- DATA RECORDS -
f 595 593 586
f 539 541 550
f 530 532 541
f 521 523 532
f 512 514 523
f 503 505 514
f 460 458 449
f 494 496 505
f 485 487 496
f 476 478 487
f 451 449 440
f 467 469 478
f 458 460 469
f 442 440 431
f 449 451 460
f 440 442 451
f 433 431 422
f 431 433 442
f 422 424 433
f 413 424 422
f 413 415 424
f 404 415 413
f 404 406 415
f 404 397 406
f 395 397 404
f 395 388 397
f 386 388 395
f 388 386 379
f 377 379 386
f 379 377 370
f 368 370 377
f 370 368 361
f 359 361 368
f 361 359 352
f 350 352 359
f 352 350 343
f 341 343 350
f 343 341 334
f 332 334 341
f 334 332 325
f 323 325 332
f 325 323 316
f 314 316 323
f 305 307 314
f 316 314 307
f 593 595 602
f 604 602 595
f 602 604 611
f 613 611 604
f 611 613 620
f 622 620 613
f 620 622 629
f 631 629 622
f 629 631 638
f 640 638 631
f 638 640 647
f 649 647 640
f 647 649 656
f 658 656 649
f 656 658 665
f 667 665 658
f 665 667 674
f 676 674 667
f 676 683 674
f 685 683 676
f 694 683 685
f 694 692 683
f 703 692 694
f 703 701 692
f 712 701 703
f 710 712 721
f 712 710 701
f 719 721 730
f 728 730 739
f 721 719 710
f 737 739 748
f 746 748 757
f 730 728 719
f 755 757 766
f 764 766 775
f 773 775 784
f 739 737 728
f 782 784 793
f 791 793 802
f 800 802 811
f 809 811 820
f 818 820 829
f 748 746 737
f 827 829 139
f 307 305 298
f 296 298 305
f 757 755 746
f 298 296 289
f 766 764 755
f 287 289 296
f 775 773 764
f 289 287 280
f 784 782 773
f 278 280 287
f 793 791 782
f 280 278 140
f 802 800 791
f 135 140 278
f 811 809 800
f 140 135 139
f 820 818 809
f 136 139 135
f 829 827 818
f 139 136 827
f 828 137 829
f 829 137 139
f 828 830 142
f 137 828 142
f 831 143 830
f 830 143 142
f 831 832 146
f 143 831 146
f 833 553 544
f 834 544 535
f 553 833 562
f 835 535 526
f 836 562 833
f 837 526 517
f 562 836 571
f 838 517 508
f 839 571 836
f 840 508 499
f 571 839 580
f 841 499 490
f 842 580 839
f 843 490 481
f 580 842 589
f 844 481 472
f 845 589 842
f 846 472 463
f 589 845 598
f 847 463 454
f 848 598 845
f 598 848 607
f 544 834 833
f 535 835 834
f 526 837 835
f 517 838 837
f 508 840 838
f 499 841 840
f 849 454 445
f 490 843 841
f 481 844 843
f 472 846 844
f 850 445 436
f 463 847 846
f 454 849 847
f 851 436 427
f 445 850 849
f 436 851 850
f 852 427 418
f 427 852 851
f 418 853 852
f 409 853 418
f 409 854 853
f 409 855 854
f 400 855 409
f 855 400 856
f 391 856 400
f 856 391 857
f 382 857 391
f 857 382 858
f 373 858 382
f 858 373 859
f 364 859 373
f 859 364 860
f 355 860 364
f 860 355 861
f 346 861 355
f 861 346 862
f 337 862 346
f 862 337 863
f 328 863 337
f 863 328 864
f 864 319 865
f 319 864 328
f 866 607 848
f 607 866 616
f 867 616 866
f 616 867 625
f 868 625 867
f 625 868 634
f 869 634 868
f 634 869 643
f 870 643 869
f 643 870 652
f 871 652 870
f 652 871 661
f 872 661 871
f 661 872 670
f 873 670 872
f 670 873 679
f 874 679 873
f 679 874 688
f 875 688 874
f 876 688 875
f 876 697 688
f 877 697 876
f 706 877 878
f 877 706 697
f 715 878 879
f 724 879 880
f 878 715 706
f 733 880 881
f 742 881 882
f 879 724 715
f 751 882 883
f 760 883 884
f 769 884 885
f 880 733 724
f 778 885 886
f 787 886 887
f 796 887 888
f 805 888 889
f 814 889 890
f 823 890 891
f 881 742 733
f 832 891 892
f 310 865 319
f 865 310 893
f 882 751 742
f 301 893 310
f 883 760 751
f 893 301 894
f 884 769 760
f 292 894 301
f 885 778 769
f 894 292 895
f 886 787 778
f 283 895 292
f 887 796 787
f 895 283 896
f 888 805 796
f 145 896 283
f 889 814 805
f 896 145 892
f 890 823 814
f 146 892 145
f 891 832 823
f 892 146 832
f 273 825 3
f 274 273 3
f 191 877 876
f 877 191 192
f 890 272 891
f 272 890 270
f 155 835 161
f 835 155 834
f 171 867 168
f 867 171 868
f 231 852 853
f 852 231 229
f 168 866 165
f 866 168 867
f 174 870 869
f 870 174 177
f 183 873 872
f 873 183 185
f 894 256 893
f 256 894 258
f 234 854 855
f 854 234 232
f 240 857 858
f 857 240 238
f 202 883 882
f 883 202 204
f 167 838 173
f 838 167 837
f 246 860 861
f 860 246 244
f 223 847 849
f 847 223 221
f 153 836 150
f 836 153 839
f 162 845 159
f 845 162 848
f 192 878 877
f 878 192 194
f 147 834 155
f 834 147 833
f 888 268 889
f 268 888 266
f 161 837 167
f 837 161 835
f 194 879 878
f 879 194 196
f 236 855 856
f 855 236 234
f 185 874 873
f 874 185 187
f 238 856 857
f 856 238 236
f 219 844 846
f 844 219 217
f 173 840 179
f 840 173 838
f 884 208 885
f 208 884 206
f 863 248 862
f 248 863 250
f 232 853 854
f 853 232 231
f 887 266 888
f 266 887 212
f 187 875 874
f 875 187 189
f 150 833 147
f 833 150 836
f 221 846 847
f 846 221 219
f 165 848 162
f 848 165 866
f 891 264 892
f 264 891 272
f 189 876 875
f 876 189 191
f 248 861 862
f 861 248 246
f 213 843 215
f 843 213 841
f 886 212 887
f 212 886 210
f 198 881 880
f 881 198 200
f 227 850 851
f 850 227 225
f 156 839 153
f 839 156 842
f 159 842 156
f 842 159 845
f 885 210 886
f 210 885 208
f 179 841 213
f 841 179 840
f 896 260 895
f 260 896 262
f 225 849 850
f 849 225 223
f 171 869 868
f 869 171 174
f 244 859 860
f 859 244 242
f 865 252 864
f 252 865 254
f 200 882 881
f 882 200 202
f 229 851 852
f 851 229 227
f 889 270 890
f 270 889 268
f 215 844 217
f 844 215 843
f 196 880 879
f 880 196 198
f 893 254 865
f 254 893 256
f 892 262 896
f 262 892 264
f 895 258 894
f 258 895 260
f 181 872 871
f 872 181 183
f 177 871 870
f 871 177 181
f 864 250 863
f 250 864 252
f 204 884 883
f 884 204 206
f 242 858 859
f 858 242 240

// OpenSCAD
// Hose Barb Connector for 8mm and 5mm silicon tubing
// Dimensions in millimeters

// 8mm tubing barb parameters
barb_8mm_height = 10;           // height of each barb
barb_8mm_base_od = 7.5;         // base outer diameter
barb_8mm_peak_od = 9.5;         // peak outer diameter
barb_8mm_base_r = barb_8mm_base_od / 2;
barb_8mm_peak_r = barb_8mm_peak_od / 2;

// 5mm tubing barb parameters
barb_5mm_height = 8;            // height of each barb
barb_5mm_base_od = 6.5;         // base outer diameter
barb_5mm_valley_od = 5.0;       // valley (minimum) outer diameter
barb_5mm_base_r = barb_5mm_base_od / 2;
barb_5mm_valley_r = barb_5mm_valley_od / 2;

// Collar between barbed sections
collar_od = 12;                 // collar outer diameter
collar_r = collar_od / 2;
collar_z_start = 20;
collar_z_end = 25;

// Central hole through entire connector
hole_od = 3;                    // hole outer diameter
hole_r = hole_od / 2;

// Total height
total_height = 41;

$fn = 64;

- WHAT THE TASK ASKS -
Return every line from the entries that holds the string "each".

- TASK ANSWER -
barb_8mm_height = 10;           // height of each barb
barb_5mm_height = 8;            // height of each barb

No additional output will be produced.